The prospects for natural gas markets for the 2019 – 2040 period are the subject of ‘Medium and Long Term Natural Gas Outlook 2020’, from CEDIGAZ.

As outlined by the paper, the future expansion of natural gas is underpinned by the development of new resources in gas-rich producing countries, which will expand LNG export capabilities.

The paper assumes “the effective realisation of official energy plans and climate policy targets”. In doing so it highlights the increasing role natural gas will play in the world energy mix, to meet the growing energy demand but also climate policy targets.

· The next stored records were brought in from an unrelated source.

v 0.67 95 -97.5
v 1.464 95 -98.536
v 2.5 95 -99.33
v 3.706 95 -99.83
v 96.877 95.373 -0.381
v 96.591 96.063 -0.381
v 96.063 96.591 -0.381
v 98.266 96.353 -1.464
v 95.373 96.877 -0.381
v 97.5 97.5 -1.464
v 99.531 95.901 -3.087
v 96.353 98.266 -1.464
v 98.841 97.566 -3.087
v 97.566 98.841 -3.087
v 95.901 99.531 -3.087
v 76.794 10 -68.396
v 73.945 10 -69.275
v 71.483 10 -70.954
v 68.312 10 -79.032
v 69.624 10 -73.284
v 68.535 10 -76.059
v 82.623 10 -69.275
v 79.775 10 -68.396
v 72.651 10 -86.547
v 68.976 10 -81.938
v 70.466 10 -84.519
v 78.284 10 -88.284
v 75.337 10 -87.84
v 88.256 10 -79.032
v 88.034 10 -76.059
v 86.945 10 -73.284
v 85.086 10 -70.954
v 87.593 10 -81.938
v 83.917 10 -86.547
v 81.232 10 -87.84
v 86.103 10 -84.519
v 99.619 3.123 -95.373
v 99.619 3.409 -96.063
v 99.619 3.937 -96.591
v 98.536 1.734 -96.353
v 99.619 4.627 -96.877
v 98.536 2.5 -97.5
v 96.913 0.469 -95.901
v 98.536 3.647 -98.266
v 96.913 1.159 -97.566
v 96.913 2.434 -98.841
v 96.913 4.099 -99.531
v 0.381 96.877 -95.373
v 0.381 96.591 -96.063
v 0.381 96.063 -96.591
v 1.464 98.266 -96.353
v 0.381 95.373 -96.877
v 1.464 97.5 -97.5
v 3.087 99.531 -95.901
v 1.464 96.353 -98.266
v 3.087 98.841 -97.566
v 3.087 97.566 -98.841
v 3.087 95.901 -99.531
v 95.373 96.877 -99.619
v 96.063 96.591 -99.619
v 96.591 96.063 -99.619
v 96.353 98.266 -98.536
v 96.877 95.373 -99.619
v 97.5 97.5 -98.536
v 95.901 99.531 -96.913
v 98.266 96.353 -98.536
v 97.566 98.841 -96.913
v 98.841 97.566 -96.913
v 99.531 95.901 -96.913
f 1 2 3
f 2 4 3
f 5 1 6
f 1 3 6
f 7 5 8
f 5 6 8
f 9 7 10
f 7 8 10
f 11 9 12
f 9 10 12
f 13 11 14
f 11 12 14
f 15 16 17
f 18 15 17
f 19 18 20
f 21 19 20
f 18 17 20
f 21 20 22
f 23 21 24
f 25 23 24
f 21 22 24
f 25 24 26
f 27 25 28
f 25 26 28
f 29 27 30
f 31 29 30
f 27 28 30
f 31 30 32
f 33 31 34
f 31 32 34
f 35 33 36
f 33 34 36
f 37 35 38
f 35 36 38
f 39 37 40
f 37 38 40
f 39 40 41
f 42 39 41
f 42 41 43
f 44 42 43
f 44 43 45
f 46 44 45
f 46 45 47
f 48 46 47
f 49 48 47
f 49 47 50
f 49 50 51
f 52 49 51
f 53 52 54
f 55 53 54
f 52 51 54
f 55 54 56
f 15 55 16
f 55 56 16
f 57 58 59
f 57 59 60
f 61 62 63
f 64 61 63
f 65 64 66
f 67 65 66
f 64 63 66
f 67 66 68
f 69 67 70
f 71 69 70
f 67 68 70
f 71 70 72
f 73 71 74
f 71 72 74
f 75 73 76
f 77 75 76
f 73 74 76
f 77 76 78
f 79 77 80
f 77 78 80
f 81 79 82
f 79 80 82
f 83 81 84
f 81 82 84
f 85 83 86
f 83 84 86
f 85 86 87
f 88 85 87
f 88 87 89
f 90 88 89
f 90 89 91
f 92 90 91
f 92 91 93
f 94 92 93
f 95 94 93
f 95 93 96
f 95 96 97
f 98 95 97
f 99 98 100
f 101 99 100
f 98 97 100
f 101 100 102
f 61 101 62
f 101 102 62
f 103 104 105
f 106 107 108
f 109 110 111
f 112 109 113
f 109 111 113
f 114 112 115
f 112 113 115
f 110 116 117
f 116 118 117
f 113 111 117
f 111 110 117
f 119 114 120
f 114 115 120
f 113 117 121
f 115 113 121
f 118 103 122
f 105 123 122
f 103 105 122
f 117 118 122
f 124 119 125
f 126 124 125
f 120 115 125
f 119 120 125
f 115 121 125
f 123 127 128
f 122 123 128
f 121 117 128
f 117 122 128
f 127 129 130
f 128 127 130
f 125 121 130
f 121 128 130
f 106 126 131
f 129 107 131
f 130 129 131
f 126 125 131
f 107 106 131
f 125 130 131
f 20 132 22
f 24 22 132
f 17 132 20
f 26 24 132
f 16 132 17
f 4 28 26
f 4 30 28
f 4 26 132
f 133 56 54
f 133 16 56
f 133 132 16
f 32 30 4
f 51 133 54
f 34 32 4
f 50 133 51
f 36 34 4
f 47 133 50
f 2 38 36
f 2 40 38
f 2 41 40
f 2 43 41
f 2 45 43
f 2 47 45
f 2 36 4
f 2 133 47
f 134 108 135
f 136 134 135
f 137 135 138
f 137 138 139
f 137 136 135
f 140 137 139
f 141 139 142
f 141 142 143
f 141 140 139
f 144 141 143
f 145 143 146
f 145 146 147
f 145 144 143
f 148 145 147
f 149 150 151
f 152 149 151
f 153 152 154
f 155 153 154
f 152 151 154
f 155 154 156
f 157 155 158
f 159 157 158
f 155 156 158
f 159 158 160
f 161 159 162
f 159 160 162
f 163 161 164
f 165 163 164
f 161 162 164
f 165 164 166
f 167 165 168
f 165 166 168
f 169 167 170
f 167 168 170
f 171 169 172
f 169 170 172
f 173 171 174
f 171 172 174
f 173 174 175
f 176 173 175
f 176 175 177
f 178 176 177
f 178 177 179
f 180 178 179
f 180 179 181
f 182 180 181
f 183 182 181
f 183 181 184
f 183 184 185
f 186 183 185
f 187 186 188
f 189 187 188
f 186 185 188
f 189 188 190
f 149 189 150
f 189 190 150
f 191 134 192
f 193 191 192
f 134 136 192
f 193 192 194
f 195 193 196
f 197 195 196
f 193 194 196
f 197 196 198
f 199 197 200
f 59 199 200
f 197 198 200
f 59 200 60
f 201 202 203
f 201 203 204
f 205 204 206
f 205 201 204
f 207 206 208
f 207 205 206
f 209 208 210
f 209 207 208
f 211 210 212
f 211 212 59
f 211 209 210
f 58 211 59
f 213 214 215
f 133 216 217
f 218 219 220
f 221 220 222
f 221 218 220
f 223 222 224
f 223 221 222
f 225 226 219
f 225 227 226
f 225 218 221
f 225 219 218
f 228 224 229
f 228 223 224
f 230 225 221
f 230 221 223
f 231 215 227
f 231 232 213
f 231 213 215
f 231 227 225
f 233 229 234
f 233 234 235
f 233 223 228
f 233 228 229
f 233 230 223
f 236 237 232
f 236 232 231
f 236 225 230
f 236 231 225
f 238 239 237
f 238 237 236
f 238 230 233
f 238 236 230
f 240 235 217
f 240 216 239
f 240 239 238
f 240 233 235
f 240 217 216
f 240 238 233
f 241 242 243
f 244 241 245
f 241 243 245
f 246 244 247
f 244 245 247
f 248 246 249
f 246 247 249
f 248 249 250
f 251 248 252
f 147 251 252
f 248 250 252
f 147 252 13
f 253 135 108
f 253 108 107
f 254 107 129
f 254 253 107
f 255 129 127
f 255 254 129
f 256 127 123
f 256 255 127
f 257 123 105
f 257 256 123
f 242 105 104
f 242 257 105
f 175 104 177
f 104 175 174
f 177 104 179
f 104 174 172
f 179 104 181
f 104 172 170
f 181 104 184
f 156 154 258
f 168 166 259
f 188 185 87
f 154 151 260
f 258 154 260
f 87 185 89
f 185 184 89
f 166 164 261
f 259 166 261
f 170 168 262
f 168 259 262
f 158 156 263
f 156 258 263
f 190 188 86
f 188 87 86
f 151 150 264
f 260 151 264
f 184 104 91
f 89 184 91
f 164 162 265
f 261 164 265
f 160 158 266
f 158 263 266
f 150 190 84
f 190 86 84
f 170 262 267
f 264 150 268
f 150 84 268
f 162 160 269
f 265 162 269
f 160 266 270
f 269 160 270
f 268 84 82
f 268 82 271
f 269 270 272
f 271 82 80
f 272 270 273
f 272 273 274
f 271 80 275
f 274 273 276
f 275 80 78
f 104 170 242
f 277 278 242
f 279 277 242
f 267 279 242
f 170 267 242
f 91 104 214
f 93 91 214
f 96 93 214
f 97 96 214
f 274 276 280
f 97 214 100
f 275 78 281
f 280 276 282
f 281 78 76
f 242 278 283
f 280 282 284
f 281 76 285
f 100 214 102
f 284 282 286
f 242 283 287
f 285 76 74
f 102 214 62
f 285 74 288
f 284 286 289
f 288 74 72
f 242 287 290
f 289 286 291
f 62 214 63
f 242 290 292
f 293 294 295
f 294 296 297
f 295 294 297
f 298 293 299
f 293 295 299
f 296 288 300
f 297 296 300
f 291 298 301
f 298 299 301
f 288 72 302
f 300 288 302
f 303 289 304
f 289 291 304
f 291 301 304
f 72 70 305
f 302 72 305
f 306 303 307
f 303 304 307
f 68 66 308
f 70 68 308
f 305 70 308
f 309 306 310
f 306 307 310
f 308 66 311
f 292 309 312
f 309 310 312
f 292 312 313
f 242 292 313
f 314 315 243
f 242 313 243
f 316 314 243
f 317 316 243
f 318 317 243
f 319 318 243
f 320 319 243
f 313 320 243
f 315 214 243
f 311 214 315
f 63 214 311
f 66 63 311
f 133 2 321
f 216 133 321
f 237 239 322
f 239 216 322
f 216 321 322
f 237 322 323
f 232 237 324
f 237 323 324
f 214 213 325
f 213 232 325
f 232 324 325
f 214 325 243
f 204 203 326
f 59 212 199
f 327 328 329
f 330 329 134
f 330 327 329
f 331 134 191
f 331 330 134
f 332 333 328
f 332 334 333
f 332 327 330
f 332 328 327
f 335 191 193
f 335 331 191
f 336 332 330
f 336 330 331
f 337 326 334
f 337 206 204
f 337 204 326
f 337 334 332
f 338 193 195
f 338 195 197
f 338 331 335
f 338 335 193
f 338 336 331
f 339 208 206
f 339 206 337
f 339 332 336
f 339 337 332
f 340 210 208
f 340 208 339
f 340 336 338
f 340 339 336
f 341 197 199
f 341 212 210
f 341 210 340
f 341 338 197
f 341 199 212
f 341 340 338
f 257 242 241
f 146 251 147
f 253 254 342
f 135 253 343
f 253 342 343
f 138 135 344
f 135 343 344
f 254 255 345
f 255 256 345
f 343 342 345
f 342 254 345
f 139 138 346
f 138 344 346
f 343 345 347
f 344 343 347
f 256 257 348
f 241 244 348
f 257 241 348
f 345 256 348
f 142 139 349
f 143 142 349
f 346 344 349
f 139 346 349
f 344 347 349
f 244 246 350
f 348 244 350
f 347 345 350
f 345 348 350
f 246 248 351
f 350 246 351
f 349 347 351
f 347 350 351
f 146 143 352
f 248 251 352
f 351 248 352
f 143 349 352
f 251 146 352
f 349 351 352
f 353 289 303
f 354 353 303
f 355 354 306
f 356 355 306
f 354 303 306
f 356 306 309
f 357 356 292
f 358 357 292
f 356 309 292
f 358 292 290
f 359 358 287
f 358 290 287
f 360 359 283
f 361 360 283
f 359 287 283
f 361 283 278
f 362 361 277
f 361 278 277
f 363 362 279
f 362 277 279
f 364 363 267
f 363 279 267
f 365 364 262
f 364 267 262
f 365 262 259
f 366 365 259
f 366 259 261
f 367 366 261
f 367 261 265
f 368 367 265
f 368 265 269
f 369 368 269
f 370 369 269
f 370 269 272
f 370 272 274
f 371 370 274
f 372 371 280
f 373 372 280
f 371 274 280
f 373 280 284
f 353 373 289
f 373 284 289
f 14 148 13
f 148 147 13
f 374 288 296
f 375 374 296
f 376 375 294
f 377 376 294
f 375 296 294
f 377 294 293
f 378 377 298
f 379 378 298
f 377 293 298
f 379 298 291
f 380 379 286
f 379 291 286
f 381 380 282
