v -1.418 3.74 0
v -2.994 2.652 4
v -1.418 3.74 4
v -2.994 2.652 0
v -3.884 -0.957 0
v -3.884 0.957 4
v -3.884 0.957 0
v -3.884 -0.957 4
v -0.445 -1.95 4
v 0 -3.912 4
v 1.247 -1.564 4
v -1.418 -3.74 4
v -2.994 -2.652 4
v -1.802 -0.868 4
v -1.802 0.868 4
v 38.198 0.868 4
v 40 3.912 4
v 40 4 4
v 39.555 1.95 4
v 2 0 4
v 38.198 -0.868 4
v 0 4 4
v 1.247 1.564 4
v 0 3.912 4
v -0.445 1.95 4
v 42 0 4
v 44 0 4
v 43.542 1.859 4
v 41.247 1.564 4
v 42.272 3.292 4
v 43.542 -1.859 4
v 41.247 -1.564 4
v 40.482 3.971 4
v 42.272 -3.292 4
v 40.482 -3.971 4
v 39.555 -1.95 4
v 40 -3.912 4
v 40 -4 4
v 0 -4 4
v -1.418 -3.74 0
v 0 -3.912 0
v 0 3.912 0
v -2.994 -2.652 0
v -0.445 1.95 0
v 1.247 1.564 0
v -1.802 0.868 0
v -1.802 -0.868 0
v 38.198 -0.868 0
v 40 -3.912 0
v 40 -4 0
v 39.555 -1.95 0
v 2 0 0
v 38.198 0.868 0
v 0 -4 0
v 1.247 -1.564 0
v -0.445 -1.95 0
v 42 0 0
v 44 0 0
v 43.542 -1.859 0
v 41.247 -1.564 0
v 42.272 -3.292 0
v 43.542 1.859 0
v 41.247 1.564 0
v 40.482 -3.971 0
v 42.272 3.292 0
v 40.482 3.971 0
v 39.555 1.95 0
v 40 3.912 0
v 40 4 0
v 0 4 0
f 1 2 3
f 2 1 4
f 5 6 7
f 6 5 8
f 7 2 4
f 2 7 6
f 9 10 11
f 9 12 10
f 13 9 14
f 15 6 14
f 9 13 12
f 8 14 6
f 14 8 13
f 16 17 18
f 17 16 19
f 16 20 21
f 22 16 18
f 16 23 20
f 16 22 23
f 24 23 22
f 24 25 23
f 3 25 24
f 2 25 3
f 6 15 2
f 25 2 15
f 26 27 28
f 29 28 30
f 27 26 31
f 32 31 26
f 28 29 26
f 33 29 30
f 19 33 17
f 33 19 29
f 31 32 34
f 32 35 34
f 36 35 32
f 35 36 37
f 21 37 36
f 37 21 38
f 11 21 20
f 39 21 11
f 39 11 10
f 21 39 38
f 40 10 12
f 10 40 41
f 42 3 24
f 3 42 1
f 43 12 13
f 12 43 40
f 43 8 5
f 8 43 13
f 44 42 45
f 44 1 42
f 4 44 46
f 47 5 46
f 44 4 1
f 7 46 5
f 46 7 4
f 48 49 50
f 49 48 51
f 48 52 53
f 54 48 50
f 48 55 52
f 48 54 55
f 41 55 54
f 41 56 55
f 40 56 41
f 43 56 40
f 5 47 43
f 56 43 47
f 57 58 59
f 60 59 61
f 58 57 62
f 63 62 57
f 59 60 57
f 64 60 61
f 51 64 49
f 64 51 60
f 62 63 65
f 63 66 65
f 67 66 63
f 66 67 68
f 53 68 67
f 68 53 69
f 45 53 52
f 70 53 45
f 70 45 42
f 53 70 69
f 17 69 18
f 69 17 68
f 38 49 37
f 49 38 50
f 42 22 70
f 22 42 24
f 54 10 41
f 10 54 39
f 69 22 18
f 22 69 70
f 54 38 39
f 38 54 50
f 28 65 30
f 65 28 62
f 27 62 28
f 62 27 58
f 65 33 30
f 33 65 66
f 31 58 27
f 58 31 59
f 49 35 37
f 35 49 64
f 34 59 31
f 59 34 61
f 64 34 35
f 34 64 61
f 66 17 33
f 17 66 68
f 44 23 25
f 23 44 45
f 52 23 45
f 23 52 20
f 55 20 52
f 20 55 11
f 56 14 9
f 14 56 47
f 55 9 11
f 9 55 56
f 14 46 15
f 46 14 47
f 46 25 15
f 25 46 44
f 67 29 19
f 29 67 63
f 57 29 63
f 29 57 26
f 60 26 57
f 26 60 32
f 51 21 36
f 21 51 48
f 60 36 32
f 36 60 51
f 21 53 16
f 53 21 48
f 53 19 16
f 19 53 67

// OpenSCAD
difference(){
    union(){
        cylinder(4, d=8, center=false);

        translate([0, -4, 0]){
            cube([40, 8, 4], center=false);
        }

        translate([40, 0, 0]){
            cylinder(4, d=8, center=false);
        }
    }
    
    union(){
        translate([0, 0, -1]){
            cylinder(6, d=4, center=false);
            
            translate([40, 0, 0]){
                cylinder(6, d=4, center=false);
            }
        }
    }
}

Natural gas stands as the fastest-growing fossil fuel and expands its market share in the world energy mix from 23 percent in 2019 to 25 percent in 2040, while that of coal and oil declines strongly.

Asia and the Middle East contribute 58 percent and 24 percent respectively, of global gas demand growth over the outlook period.

China alone accounts for one-third of the incremental demand. The future expansion of natural gas in the energy mix is conditioned on new developments of abundant and low-cost resources in gas-rich countries (North America, Russia, Middle East, etc), which will expand LNG export capacities to meet the growing gas demand, especially in emerging Asian markets.

The future growth of natural gas also partly depends on investments in low-carbon gas.

In the CEDIGAZ scenario (multi-wave pandemic), global gas and energy demand recovers slightly in 2021 before accelerating as the pandemic resorbs. There is both a short and longer term negative impact of the COVID-driven economic crisis on energy and gas demand.

These losses mainly involve natural gas transported by pipelines, whereas LNG demand in the medium and long-term is not expected to be affected because of an expected rebound of LNG demand post-2021 in Asia amid abundant and competitive LNG supply.

Despite project delays in the current context of the crisis, post-FID projects should be sufficient to cover global LNG demand until 2025/2026.

The LNG market is expected to remain oversupplied in the next three years, before gradually rebalancing as LNG demand in Asia rebounds. LNG will thus play a growing role in both Europe and Asia in the first half of this decade.